5. The registrant’s other certifying officer(s) and I have disclosed, based on our most recent evaluation of internal control over financial reporting, to the
registrant’s auditors and the audit committee of the registrant’s board of directors (or persons performing the equivalent functions):
a) All significant deficiencies and material weaknesses in the design or operation of internal control over financial reporting which are reasonably likely
to adversely affect the registrant’s ability to record, process, summarize and report financial information; and
b) Any fraud, whether or not material, that involves management or other employees who have a significant role in the registrant’s internal control over
financial reporting.

Date: February 25, 2010

/s/ Richard G. Lindner


Richard G. Lindner
Senior Executive Vice President
and Chief Financial Officer
Exhibit 32

Certification of Periodic Financial Reports

Pursuant to 18 U.S.C. Section 1350, each of the undersigned officers of AT&T Inc. (the “Company”) hereby certifies that the Company’s Annual
Report on Form 10−K for the year ended December 31, 2009 (the “Report”) fully complies with the requirements of Section 13(a) or 15(d), as applicable, of
the Securities Exchange Act of 1934 and that information contained in the Report fairly presents, in all material respects, the financial condition and results
of operations of the Company.

February 25, 2009 February 25, 2009

By: /s/ Randall Stephenson.
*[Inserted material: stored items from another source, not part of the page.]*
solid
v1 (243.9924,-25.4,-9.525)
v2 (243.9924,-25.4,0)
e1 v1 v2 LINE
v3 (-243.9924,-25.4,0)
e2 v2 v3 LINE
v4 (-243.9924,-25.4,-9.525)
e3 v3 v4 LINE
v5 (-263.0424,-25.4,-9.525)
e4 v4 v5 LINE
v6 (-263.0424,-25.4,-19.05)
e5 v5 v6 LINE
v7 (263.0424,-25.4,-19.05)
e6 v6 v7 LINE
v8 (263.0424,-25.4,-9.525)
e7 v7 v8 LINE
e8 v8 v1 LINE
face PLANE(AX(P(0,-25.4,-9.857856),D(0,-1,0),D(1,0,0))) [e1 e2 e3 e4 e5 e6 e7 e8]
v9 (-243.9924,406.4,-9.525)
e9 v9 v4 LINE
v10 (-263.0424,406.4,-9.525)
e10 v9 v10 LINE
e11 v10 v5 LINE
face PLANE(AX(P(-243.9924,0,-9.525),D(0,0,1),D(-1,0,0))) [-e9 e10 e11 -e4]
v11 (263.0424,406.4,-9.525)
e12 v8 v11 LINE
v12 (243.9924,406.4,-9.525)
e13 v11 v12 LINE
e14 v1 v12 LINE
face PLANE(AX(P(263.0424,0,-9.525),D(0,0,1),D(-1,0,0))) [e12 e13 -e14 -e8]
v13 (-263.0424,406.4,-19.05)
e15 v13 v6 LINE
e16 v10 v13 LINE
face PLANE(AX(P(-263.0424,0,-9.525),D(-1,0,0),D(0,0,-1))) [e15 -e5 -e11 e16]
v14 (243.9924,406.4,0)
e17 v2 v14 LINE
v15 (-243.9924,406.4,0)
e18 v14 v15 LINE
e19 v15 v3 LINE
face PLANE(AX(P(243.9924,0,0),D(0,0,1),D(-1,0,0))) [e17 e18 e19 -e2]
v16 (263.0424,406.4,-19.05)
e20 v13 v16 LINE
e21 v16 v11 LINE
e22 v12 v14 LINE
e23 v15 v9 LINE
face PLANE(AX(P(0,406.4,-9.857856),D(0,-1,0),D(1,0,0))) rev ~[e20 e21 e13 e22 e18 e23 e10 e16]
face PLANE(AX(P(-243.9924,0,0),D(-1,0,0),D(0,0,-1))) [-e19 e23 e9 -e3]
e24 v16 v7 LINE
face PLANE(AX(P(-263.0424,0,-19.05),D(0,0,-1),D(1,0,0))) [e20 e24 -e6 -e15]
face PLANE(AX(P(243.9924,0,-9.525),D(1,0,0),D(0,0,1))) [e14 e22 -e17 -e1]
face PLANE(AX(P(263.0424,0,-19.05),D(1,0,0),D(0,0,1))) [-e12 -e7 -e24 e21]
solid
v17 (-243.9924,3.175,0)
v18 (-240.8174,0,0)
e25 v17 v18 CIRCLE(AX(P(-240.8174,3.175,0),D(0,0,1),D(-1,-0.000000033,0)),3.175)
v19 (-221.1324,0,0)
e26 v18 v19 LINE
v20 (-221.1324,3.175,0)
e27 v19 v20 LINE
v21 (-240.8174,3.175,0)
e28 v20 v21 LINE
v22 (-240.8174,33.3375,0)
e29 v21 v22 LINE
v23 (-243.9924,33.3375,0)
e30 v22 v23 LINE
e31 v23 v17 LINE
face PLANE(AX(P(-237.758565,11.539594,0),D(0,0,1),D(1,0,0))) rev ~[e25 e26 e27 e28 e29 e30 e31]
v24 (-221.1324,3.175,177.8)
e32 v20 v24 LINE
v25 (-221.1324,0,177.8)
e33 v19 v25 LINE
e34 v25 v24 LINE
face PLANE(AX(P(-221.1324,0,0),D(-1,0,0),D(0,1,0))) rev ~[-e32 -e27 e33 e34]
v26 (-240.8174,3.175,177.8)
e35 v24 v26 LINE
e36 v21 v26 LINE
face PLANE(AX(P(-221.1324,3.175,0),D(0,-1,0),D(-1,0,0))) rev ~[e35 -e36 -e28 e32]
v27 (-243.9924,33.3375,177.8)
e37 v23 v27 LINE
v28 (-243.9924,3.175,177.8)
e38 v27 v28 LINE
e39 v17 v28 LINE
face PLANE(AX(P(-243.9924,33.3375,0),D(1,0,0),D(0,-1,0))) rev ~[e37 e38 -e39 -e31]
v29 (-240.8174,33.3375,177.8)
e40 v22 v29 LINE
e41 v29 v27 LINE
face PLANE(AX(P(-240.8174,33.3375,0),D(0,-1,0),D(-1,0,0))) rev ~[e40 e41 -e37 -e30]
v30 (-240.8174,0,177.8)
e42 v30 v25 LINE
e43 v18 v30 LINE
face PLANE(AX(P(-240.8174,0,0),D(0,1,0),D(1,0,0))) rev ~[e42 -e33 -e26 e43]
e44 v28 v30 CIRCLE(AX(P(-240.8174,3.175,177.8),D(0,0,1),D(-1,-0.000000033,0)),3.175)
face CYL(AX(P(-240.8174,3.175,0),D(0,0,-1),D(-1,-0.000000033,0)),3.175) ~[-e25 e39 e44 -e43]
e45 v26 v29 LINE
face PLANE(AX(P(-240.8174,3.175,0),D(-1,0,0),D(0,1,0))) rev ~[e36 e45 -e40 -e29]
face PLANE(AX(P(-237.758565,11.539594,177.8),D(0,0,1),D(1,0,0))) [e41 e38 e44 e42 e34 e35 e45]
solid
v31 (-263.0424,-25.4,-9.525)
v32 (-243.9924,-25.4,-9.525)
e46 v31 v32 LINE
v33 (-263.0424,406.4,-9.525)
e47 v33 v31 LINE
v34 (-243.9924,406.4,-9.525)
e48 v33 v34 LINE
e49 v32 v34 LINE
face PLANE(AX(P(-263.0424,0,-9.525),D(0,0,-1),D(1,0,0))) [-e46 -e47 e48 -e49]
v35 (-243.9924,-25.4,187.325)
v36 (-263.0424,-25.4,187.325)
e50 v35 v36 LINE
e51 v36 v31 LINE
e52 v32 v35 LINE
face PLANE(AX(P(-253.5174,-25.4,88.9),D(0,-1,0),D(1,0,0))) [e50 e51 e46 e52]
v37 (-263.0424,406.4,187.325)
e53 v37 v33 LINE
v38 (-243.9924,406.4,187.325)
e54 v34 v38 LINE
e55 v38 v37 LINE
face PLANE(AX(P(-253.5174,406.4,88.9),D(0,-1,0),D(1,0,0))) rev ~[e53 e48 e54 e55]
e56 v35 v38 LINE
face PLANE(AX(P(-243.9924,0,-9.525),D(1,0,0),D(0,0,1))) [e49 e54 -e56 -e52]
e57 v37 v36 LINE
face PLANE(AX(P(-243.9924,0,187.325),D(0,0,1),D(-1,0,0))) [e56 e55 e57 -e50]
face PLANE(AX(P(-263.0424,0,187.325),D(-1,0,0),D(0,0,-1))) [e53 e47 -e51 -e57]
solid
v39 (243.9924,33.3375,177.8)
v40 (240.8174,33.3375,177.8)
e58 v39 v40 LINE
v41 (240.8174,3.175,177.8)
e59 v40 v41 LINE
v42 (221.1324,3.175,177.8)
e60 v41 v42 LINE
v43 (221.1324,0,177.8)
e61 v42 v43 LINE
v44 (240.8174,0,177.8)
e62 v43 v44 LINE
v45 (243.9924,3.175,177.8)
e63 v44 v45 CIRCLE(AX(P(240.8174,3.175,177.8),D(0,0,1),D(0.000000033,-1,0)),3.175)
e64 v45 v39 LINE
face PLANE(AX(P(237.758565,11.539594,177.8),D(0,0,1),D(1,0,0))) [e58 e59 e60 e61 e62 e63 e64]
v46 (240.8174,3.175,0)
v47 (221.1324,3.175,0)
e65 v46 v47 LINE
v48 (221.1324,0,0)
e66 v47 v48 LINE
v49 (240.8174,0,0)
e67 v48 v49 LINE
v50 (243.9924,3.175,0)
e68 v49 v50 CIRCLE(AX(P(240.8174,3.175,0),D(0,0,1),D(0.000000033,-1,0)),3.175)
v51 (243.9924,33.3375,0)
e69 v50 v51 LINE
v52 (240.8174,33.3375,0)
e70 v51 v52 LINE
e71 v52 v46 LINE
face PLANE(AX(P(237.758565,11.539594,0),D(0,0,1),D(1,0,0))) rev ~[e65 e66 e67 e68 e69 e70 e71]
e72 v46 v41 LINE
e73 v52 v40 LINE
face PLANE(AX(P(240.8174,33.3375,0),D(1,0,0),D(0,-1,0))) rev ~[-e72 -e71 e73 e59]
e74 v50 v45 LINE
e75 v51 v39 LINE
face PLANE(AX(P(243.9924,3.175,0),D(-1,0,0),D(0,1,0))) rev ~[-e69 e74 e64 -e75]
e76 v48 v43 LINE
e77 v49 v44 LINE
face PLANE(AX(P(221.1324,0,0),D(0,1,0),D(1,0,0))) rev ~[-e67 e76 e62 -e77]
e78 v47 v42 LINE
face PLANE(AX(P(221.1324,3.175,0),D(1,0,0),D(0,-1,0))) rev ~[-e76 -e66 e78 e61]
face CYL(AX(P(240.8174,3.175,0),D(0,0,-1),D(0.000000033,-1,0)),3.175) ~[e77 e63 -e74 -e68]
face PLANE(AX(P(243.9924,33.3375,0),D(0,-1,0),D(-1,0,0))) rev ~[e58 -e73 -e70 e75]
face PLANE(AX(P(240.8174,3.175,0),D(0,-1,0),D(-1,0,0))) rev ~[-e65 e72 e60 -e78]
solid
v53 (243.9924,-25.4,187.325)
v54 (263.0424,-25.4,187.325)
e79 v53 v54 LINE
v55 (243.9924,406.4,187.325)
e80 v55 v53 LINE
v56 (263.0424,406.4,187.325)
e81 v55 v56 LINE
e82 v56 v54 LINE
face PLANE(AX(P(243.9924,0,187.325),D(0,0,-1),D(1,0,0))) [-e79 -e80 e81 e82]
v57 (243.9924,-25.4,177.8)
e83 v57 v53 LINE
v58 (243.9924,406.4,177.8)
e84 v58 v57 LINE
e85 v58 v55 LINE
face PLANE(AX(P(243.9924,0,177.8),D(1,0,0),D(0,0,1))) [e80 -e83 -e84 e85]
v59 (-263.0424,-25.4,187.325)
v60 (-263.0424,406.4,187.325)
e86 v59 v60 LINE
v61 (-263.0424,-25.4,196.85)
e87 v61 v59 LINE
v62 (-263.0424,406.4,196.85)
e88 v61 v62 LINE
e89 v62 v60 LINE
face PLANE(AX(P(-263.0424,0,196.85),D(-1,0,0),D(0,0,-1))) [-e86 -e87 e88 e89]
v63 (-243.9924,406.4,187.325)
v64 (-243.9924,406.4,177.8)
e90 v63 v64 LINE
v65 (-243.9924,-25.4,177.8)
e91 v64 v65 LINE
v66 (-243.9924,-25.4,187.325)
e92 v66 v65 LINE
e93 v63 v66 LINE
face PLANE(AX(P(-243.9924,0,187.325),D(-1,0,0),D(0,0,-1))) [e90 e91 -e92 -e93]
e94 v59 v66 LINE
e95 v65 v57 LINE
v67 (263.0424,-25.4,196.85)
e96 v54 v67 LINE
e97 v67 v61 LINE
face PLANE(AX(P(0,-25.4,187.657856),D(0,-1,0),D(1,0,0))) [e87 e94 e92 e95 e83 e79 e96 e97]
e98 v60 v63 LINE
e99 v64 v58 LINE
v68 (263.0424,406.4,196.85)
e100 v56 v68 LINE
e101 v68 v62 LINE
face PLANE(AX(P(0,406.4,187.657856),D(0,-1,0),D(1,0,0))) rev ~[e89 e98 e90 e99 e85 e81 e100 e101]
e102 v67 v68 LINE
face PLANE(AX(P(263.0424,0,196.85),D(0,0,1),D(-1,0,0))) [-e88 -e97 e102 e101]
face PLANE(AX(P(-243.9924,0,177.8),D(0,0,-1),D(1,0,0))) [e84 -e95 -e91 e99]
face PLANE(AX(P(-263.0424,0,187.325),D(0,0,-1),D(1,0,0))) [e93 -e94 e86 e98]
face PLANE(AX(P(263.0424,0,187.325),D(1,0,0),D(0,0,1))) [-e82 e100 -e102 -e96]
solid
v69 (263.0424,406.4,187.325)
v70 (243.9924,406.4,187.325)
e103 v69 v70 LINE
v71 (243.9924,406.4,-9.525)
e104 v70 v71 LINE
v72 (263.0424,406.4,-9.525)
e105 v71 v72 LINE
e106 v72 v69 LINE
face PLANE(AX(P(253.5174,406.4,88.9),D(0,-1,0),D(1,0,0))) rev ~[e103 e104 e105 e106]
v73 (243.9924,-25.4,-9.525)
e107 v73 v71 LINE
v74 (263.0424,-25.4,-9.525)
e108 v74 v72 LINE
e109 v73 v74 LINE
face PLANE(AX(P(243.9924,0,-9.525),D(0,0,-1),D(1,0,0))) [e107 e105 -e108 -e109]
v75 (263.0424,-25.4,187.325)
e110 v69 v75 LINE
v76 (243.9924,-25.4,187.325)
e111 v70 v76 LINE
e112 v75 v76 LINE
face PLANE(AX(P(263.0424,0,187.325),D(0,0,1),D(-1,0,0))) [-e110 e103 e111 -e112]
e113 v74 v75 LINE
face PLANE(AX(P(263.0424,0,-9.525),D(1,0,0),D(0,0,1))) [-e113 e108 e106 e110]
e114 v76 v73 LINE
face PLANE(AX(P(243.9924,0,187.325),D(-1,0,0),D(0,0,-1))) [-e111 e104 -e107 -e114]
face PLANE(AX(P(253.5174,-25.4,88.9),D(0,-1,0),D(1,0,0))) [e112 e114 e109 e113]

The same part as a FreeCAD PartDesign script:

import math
import FreeCAD as App
import Part
import Sketcher
from FreeCAD import Vector
Q = App.Units.Quantity


def add_polygon(sketch, points):
    """Adds a closed chain of lines whose ends are joined by coincident constraints."""
    first, n = sketch.GeometryCount, len(points)
    for a, b in zip(points, points[1:] + points[:1]):
        sketch.addGeometry(Part.LineSegment(App.Vector(*a, 0), App.Vector(*b, 0)), False)
    for i in range(n):
        sketch.addConstraint(Sketcher.Constraint("Coincident", first + i, 2, first + (i + 1) % n, 1))

doc = App.newDocument("Part")
body = doc.addObject("PartDesign::Body", "Body")
body.AllowCompound = True

sketch1 = body.newObject("Sketcher::SketchObject", "Sketch")
sketch1.AttachmentSupport = (doc.getObject("XY_Plane"), [""])
sketch1.MapMode = "FlatFace"
sketch1.addGeometry([
    Part.LineSegment(Vector(-244, 33.3, 0), Vector(-244, 3.2, 0)),
    Part.ArcOfCircle(Part.Circle(Vector(-240.8, 3.2, 0), Vector(0, 0, 1), 3.2), math.radians(-180), math.radians(-90)),
    Part.LineSegment(Vector(-240.8, 0, 0), Vector(-221.1, 0, 0)),
    Part.LineSegment(Vector(-221.1, 0, 0), Vector(-221.1, 3.2, 0)),
    Part.LineSegment(Vector(-221.1, 3.2, 0), Vector(-240.8, 3.2, 0)),
    Part.LineSegment(Vector(-240.8, 3.2, 0), Vector(-240.8, 33.3, 0)),
    Part.LineSegment(Vector(-240.8, 33.3, 0), Vector(-244, 33.3, 0)),
    Part.ArcOfCircle(Part.Circle(Vector(240.8, 3.2, 0), Vector(0, 0, 1), 3.2), math.radians(-90), math.radians(0)),
    Part.LineSegment(Vector(244, 3.2, 0), Vector(244, 33.3, 0)),
    Part.LineSegment(Vector(244, 33.3, 0), Vector(240.8, 33.3, 0)),
    Part.LineSegment(Vector(240.8, 33.3, 0), Vector(240.8, 3.2, 0)),
    Part.LineSegment(Vector(240.8, 3.2, 0), Vector(221.1, 3.2, 0)),
    Part.LineSegment(Vector(221.1, 3.2, 0), Vector(221.1, 0, 0)),
    Part.LineSegment(Vector(221.1, 0, 0), Vector(240.8, 0, 0)),
], False)
sketch1.addConstraint([
    Sketcher.Constraint("Tangent", 0, 2, 1, 1),
    Sketcher.Constraint("Tangent", 1, 2, 2, 1),
    Sketcher.Constraint("Coincident", 2, 2, 3, 1),
    Sketcher.Constraint("Coincident", 3, 2, 4, 1),
    Sketcher.Constraint("Coincident", 4, 2, 5, 1),
    Sketcher.Constraint("Coincident", 5, 2, 6, 1),
    Sketcher.Constraint("Coincident", 6, 2, 0, 1),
By: /s/ Richard G. Lindner.


Randall Stephenson Richard G. Lindner
Chairman of the Board, Chief Executive Officer Senior Executive Vice President
and President and Chief Financial Officer

The foregoing certification is being furnished solely pursuant to 18 U.S.C. Section 1350 and is not being filed as part of the Report or as a separate
disclosure document. This certification shall not be deemed “filed” for purposes of Section 18 of the Securities Exchange Act of 1934 (“Exchange Act”) or
otherwise subject to liability under that section. This certification shall not be deemed to be incorporated by reference into any filing under the Securities
Act of 1933 or the Exchange Act except to the extent this Exhibit 32 is expressly and specifically incorporated by reference in any such filing.

A signed original of this written statement required by Section 906, or other document authenticating, acknowledging, or otherwise adopting the signature
that appears in typed form within the electronic version of this written statement required by Section 906, has been provided to AT&T Inc. and will be
retained by AT&T Inc. and furnished to the Securities and Exchange Commission or its staff upon request.